── Recorded data

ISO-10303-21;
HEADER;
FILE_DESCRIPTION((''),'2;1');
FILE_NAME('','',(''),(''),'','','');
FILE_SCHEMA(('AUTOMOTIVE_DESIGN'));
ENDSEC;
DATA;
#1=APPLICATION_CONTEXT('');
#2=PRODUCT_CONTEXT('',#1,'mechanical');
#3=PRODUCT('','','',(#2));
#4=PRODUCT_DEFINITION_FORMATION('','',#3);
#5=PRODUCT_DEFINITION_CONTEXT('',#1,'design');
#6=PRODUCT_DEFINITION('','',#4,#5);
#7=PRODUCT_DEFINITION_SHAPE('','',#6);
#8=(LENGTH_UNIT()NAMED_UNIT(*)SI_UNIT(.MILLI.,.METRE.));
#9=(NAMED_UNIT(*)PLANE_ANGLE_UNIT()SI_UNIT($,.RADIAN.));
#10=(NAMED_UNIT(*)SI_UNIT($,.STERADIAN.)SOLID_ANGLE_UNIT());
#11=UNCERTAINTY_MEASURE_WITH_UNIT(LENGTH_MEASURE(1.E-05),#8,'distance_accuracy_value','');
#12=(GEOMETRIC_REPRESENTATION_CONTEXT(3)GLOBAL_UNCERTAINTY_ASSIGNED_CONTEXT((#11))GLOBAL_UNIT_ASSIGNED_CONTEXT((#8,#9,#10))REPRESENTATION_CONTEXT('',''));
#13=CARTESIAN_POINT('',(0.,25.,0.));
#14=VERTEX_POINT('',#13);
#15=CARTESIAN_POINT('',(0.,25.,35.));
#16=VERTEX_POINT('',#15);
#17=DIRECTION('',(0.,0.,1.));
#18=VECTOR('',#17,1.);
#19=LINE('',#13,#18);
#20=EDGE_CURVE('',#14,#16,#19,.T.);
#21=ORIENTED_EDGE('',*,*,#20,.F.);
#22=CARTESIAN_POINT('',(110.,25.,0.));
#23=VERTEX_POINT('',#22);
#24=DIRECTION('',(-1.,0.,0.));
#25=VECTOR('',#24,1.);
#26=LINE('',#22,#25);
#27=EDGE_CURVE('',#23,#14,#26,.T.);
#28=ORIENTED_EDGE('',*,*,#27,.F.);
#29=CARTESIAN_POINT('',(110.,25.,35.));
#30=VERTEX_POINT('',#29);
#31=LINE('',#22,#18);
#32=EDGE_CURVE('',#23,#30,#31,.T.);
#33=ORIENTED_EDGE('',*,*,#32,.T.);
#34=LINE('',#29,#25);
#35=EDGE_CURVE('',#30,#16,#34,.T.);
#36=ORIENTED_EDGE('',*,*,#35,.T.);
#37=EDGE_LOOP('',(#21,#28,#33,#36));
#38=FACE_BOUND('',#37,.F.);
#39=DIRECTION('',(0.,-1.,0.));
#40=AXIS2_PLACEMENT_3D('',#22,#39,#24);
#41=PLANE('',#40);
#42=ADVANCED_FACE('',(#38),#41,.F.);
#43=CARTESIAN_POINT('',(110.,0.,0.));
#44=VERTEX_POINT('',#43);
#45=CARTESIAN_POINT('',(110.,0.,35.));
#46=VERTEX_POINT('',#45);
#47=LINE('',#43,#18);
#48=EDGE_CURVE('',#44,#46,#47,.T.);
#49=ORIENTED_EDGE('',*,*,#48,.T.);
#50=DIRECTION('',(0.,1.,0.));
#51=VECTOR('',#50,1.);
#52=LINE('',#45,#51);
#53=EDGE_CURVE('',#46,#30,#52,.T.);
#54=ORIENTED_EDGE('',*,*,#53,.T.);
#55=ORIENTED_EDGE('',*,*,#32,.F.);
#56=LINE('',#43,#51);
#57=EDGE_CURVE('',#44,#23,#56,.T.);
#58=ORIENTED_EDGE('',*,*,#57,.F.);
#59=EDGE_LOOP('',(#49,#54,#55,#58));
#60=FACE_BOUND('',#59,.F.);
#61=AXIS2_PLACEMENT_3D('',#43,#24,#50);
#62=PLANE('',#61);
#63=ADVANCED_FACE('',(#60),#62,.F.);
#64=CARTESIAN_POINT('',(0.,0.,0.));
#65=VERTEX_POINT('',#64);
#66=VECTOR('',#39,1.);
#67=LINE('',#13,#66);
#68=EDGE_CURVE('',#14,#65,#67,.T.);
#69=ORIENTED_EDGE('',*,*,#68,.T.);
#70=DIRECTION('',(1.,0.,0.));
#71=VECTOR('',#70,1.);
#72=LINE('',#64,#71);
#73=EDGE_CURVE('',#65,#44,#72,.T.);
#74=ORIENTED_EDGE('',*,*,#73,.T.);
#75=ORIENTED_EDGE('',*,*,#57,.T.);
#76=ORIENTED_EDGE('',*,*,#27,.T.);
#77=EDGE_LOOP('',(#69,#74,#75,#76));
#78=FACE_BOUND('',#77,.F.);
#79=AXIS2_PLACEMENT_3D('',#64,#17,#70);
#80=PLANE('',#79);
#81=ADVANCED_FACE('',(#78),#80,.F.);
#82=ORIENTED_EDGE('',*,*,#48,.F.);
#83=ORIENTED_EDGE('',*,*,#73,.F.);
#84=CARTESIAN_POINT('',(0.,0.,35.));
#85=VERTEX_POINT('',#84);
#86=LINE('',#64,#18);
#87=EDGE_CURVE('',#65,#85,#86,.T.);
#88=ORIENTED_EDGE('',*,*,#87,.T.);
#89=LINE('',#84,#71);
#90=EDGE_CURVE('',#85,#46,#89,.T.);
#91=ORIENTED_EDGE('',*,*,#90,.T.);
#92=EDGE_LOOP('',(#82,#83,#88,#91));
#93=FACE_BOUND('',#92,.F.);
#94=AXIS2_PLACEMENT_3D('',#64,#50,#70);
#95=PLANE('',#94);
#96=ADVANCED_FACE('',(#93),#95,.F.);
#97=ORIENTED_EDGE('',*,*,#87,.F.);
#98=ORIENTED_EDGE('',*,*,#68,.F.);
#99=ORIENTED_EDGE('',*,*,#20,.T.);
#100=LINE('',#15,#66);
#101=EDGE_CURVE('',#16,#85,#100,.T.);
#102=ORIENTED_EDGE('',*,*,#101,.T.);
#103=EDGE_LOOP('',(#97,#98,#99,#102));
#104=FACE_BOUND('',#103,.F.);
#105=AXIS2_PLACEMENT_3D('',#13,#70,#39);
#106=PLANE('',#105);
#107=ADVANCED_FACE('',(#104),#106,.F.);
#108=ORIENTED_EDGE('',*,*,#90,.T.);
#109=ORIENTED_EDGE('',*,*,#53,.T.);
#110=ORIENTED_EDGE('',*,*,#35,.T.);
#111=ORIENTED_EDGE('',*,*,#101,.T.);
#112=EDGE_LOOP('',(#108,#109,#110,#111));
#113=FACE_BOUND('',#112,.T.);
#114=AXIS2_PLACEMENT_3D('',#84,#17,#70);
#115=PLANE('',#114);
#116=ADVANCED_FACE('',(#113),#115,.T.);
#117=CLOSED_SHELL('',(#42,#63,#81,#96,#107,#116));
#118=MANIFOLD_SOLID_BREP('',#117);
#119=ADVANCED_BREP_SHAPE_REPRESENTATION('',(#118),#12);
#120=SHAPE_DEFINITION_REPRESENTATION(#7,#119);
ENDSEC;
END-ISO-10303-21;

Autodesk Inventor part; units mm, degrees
ref_plane "YZ Plane" through (0, 0, 0) normal (1, 0, 0) x (0, 1, 0)
ref_plane "XZ Plane" through (0, 0, 0) normal (0, 1, 0) x (-1, 0, 0)
ref_plane "XY Plane" through (0, 0, 0) normal (0, 0, 1) x (1, 0, 0)
sketch "Sketch1" plane through (0, 0, 0) normal (0, 0, 1) x (1, 0, 0)
  line L0 (0, 0) -> (110, 0)
  line L1 (110, 0) -> (110, 25)
  line L2 (110, 25) -> (0, 25)
  line L3 (0, 25) -> (0, 0)
  dimension "d0" = 110
  dimension "d1" = 25
extrude "Extrusion1" add sketch "Sketch1" along normal blind 35
properties part number "Battery_Place_Holder"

────

**Task instructions:** Scan the entries above for the line containing "#44=VERTEX_POINT('',#43);", and copy it and all lines after it exactly, down to and including the line containing "#60=FACE_BOUND('',#59,.F.);".

**Finished task:**
#44=VERTEX_POINT('',#43);
#45=CARTESIAN_POINT('',(110.,0.,35.));
#46=VERTEX_POINT('',#45);
#47=LINE('',#43,#18);
#48=EDGE_CURVE('',#44,#46,#47,.T.);
#49=ORIENTED_EDGE('',*,*,#48,.T.);
#50=DIRECTION('',(0.,1.,0.));
#51=VECTOR('',#50,1.);
#52=LINE('',#45,#51);
#53=EDGE_CURVE('',#46,#30,#52,.T.);
#54=ORIENTED_EDGE('',*,*,#53,.T.);
#55=ORIENTED_EDGE('',*,*,#32,.F.);
#56=LINE('',#43,#51);
#57=EDGE_CURVE('',#44,#23,#56,.T.);
#58=ORIENTED_EDGE('',*,*,#57,.F.);
#59=EDGE_LOOP('',(#49,#54,#55,#58));
#60=FACE_BOUND('',#59,.F.);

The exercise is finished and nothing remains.